#### Exercise materials:
━━━

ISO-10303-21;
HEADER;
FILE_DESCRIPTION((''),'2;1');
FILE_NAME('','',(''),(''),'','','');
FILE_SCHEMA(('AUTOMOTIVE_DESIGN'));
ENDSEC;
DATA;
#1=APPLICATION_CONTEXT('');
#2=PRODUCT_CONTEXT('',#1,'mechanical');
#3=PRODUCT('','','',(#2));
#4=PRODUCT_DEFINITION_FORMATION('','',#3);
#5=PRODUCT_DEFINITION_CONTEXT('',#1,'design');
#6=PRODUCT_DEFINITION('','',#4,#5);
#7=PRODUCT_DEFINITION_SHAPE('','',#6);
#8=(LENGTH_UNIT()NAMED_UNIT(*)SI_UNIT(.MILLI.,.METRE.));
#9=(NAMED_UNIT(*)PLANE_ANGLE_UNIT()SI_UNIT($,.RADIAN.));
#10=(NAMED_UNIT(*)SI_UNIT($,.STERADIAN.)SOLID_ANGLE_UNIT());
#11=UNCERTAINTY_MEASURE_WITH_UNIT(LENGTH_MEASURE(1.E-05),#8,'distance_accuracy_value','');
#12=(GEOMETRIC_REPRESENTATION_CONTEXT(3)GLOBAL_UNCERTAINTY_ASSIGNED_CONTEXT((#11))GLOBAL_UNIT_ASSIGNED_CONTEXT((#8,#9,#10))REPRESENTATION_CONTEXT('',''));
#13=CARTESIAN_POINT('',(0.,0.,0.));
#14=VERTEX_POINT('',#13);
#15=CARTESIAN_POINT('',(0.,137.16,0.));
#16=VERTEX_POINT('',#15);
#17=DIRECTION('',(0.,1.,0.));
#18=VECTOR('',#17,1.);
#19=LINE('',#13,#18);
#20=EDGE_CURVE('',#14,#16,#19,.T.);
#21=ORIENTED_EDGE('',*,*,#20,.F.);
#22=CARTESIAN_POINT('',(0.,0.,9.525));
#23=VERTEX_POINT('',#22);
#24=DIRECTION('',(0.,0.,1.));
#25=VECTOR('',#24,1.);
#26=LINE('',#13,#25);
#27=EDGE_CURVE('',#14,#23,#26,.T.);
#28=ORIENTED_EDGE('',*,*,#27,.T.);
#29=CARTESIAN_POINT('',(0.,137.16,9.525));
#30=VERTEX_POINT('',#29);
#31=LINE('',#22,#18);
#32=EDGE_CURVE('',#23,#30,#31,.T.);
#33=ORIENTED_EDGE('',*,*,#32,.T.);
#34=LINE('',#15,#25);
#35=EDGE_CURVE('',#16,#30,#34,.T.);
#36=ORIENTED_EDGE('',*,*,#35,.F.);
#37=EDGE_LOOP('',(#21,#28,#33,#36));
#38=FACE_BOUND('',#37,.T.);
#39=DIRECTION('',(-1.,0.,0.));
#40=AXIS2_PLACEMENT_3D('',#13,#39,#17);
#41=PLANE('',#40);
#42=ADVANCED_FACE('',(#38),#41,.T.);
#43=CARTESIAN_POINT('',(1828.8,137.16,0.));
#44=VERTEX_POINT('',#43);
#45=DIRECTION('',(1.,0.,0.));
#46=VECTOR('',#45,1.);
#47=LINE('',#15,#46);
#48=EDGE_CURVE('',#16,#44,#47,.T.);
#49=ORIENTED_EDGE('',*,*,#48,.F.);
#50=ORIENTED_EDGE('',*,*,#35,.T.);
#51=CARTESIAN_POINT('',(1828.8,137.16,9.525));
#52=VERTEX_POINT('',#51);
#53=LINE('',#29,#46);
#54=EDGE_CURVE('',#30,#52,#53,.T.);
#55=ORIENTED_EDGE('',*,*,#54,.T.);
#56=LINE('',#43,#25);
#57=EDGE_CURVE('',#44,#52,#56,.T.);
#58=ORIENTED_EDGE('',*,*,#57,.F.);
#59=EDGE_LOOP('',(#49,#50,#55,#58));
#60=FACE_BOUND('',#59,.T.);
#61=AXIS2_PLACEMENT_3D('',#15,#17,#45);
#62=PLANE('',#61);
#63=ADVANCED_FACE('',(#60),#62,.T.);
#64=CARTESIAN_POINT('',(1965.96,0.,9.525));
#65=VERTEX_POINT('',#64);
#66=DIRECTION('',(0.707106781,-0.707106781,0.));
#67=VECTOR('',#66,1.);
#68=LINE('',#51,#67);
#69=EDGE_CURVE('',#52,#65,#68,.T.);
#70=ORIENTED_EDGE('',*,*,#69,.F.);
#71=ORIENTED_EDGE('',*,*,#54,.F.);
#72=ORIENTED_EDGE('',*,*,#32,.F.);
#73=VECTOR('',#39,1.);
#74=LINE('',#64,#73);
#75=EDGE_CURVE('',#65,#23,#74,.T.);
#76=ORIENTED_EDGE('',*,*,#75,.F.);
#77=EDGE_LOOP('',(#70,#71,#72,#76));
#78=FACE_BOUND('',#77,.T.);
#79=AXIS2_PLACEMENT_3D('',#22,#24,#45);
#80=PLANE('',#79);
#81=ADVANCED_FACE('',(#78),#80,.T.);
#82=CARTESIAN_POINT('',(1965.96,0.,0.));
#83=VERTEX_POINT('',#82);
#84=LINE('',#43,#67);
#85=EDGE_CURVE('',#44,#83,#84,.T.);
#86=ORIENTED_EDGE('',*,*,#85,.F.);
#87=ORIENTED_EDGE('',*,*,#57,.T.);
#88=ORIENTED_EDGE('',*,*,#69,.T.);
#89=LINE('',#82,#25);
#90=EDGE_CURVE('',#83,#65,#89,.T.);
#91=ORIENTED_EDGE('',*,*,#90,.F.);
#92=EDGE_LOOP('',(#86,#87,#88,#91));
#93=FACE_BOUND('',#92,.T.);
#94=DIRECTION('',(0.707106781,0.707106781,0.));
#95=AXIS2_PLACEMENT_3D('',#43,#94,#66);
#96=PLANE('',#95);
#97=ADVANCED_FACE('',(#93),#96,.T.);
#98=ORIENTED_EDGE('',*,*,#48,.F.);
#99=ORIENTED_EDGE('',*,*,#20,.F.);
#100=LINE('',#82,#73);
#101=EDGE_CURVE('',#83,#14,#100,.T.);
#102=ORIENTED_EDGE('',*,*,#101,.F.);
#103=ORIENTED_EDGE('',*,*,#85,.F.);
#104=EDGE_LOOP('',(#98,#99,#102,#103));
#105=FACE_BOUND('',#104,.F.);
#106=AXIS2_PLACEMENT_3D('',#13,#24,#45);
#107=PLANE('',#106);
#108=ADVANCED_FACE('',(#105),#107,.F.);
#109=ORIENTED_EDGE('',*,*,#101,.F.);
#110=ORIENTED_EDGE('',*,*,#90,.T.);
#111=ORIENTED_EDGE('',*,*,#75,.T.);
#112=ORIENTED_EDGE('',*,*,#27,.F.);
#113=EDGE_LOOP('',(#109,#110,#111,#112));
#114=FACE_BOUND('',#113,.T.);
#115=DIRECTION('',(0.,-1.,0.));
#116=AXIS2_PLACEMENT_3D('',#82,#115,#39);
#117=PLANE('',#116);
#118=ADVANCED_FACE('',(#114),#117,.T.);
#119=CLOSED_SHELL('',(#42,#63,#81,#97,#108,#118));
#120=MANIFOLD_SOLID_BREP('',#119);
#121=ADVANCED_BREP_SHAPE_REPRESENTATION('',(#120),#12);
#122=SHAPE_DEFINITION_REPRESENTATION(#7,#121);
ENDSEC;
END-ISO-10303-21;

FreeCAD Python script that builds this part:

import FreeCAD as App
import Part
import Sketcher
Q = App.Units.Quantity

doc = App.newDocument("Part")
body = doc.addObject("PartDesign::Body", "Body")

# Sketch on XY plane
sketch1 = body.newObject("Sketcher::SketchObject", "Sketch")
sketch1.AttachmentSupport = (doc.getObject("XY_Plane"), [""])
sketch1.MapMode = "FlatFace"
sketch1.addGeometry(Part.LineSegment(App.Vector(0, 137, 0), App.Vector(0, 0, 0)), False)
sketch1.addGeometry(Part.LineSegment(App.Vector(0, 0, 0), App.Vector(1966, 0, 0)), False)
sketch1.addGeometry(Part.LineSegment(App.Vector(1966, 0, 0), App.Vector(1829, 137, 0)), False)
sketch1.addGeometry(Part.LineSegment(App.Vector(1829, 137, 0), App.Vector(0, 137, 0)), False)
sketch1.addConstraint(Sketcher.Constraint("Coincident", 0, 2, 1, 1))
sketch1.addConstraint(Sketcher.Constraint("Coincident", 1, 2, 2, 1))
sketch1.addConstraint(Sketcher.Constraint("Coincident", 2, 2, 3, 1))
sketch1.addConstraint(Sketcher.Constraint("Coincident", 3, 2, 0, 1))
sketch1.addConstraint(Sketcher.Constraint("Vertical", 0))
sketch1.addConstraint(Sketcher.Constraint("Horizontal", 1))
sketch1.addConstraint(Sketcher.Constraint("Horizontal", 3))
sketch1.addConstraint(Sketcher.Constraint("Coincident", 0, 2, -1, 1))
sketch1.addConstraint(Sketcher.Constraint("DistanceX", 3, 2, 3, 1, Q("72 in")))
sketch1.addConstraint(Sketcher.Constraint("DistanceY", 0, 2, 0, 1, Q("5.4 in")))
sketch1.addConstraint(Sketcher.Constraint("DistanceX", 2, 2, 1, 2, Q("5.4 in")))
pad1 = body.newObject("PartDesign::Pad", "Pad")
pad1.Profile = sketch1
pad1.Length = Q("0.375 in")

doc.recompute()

━━━

#### Exercise directions:
What is needed is an exact copy of the lines above, from the one containing "#51=CARTESIAN_POINT('',(1828.8,137.16,9.525));" through the one containing "#58=ORIENTED_EDGE('',*,*,#57,.F.);", with nothing added.

#### Solution for this task:
#51=CARTESIAN_POINT('',(1828.8,137.16,9.525));
#52=VERTEX_POINT('',#51);
#53=LINE('',#29,#46);
#54=EDGE_CURVE('',#30,#52,#53,.T.);
#55=ORIENTED_EDGE('',*,*,#54,.T.);
#56=LINE('',#43,#25);
#57=EDGE_CURVE('',#44,#52,#56,.T.);
#58=ORIENTED_EDGE('',*,*,#57,.F.);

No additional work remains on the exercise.